Séquençage du répertoire immunitaire

Qu'est-ce que le répertoire immunitaire ?

Le système immunitaire adaptatif joue un rôle extrêmement important dans la lutte contre les agents pathogènes infectieux et la protection du corps humain. La base du système immunitaire adaptatif repose fondamentalement sur l'énorme diversité des récepteurs des cellules T et d'autres récepteurs immunitaires capables de reconnaître des épitopes provenant d'un nombre astronomique d'antigènes exogènes différents et de facteurs endogènes de l'hôte.

Le répertoire immunitaire est connu comme la collection de cellules immunitaires fonctionnellement diverses dans le système circulatoire, qui est une mesure clé de la complexité immunologique. Les cellules T et d'autres cellules immunitaires orchestrent respectivement les réponses immunitaires cellulaires et humorales dans l'organisme. Chacune fonctionne via ses récepteurs de surface pour reconnaître et se lier aux antigènes, jouant un rôle critique dans l'élimination des pathogènes ou des cellules tumorales intrabodiques.
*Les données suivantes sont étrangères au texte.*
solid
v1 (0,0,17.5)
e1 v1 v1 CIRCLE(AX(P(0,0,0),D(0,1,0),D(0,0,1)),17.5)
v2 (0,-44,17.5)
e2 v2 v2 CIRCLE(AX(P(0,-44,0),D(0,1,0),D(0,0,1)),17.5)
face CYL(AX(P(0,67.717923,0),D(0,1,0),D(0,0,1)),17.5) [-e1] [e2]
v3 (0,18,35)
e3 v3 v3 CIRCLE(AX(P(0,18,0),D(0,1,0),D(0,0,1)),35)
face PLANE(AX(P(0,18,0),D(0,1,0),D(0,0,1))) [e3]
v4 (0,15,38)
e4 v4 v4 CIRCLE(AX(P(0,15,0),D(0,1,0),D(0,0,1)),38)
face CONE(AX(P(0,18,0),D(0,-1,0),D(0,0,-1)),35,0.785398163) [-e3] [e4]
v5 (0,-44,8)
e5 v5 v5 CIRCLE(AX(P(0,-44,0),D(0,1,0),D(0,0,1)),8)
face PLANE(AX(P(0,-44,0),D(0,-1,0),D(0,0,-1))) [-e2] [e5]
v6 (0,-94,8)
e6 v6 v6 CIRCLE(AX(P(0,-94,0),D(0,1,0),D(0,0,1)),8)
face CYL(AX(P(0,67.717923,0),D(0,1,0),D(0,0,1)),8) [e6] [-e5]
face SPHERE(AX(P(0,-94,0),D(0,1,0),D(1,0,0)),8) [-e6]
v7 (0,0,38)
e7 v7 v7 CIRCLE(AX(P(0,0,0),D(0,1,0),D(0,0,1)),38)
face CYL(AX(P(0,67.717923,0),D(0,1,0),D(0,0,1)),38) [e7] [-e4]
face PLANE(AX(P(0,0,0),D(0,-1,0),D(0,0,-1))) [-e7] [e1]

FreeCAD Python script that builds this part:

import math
import FreeCAD as App
import Part
import Sketcher
Q = App.Units.Quantity

doc = App.newDocument("Part")
body = doc.addObject("PartDesign::Body", "Body")

sketch1 = doc.addObject("Sketcher::SketchObject", "Sketch")
body.addObject(sketch1)
sketch1.AttachmentSupport = (doc.XY_Plane, [""])
sketch1.MapMode = "FlatFace"
sketch1.addGeometry([
    Part.LineSegment(App.Vector(35, 18, 0), App.Vector(0, 18, 0)),
    Part.LineSegment(App.Vector(0, 18, 0), App.Vector(0, -102, 0)),
    Part.ArcOfCircle(Part.Circle(App.Vector(0, -94, 0), App.Vector(0, 0, 1), 8), math.radians(-90), math.radians(0)),
    Part.LineSegment(App.Vector(8, -94, 0), App.Vector(8, -44, 0)),
    Part.LineSegment(App.Vector(8, -44, 0), App.Vector(17.5, -44, 0)),
    Part.LineSegment(App.Vector(17.5, -44, 0), App.Vector(17.5, 0, 0)),
    Part.LineSegment(App.Vector(17.5, 0, 0), App.Vector(38, 0, 0)),
    Part.LineSegment(App.Vector(38, 0, 0), App.Vector(38, 15, 0)),
    Part.LineSegment(App.Vector(38, 15, 0), App.Vector(35, 18, 0)),
], False)
sketch1.addConstraint([
    Sketcher.Constraint("Coincident", 0, 2, 1, 1),
    Sketcher.Constraint("Coincident", 1, 2, 2, 1),
    Sketcher.Constraint("Tangent", 2, 2, 3, 1),
    Sketcher.Constraint("Coincident", 3, 2, 4, 1),
    Sketcher.Constraint("Coincident", 4, 2, 5, 1),
    Sketcher.Constraint("Coincident", 5, 2, 6, 1),
    Sketcher.Constraint("Coincident", 6, 2, 7, 1),
    Sketcher.Constraint("Coincident", 7, 2, 8, 1),
    Sketcher.Constraint("Coincident", 8, 2, 0, 1),
    Sketcher.Constraint("Horizontal", 0),
    Sketcher.Constraint("Vertical", 1),
    Sketcher.Constraint("Vertical", 3),
    Sketcher.Constraint("Horizontal", 4),
    Sketcher.Constraint("Vertical", 5),
    Sketcher.Constraint("Horizontal", 6),
    Sketcher.Constraint("Vertical", 7),
    Sketcher.Constraint("PointOnObject", 2, 3, -2),
    Sketcher.Constraint("PointOnObject", 0, 2, -2),
    Sketcher.Constraint("PointOnObject", 5, 2, -1),
    Sketcher.Constraint("Radius", 2, 8.0),
    Sketcher.Constraint("DistanceX", 0, 2, 0, 1, 35.0),
    Sketcher.Constraint("DistanceY", 1, 2, 1, 1, 120.0),
    Sketcher.Constraint("DistanceY", 3, 1, 3, 2, 50.0),
    Sketcher.Constraint("DistanceY", 5, 1, 5, 2, 44.0),
    Sketcher.Constraint("DistanceY", 7, 1, 7, 2, 15.0),
    Sketcher.Constraint("Angle", 8, Q("135 deg")),
    Sketcher.Constraint("DistanceX", 4, 1, 4, 2, 9.5),
])
revolution = doc.addObject("PartDesign::Revolution", "Revolution")
body.addObject(revolution)
revolution.Profile = sketch1
revolution.ReferenceAxis = (sketch1, ["V_Axis"])
revolution.Angle = 360

doc.recompute()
Opérant indépendamment, les cellules T et ces autres cellules immunitaires médiatisent les réponses immunitaires cellulaires et humorales complémentaires du corps, chacune utilisant ses récepteurs spécifiques à sa surface. Ces récepteurs facilitent l'identification et la liaison aux antigènes, jouant ainsi un rôle fondamental dans l'élimination des pathogènes ou des cellules tumorales endogènes. L'étude du répertoire immunitaire est cruciale pour comprendre la réponse de l'immunité adaptative et, en fin de compte, éclaire la découverte de nouveaux agents infectieux et possède un potentiel inestimable pour aider au développement d'anticorps ou de vaccins, au diagnostic clinique, au traitement et à la prévention.

Si vous souhaitez en savoir plus sur l'introduction du séquençage du répertoire immunitaire, veuillez consulter notre article "Séquençage du répertoire immunitaire : Introduction, flux de travail et applications.

Séquençage à haut débit du répertoire immunitaire

Les stratégies traditionnelles pour étudier le répertoire immunitaire, qui incluent le spectratypage, Séquençage de Sanger et al., sont laborieux, coûteux et insuffisants pour générer une image haute résolution du répertoire immunitaire. NGS (séquençage de nouvelle génération) offre une approche puissante capable d'analyser le répertoire immunitaire de manière à haut débit. En fournissant d'énormes données de séquençage, NGS a créé une image d'une résolution sans précédent du répertoire immunitaire, qui offre un grand potentiel pour révéler les changements dynamiques dans les populations clonales lors de la stimulation antigénique.

Séquençage du répertoire immunitaire - Régions cibles

Dans le domaine du séquençage du répertoire immunitaire, l'accent est mis sur les lymphocytes T/B. En utilisant des techniques telles que la PCR multiplex ou le 5'RACE, l'objectif est d'amplifier les régions déterminantes complémentaires (CDR3) qui déterminent la diversité des récepteurs des cellules B ou Récepteurs des cellules TLe CDR3, étant la région la plus variable, se positionne comme l'épicentre de l'exploration dans les études de séquençage du répertoire immunitaire. Sa prééminence est soulignée par son statut de domaine le plus largement étudié dans ce domaine.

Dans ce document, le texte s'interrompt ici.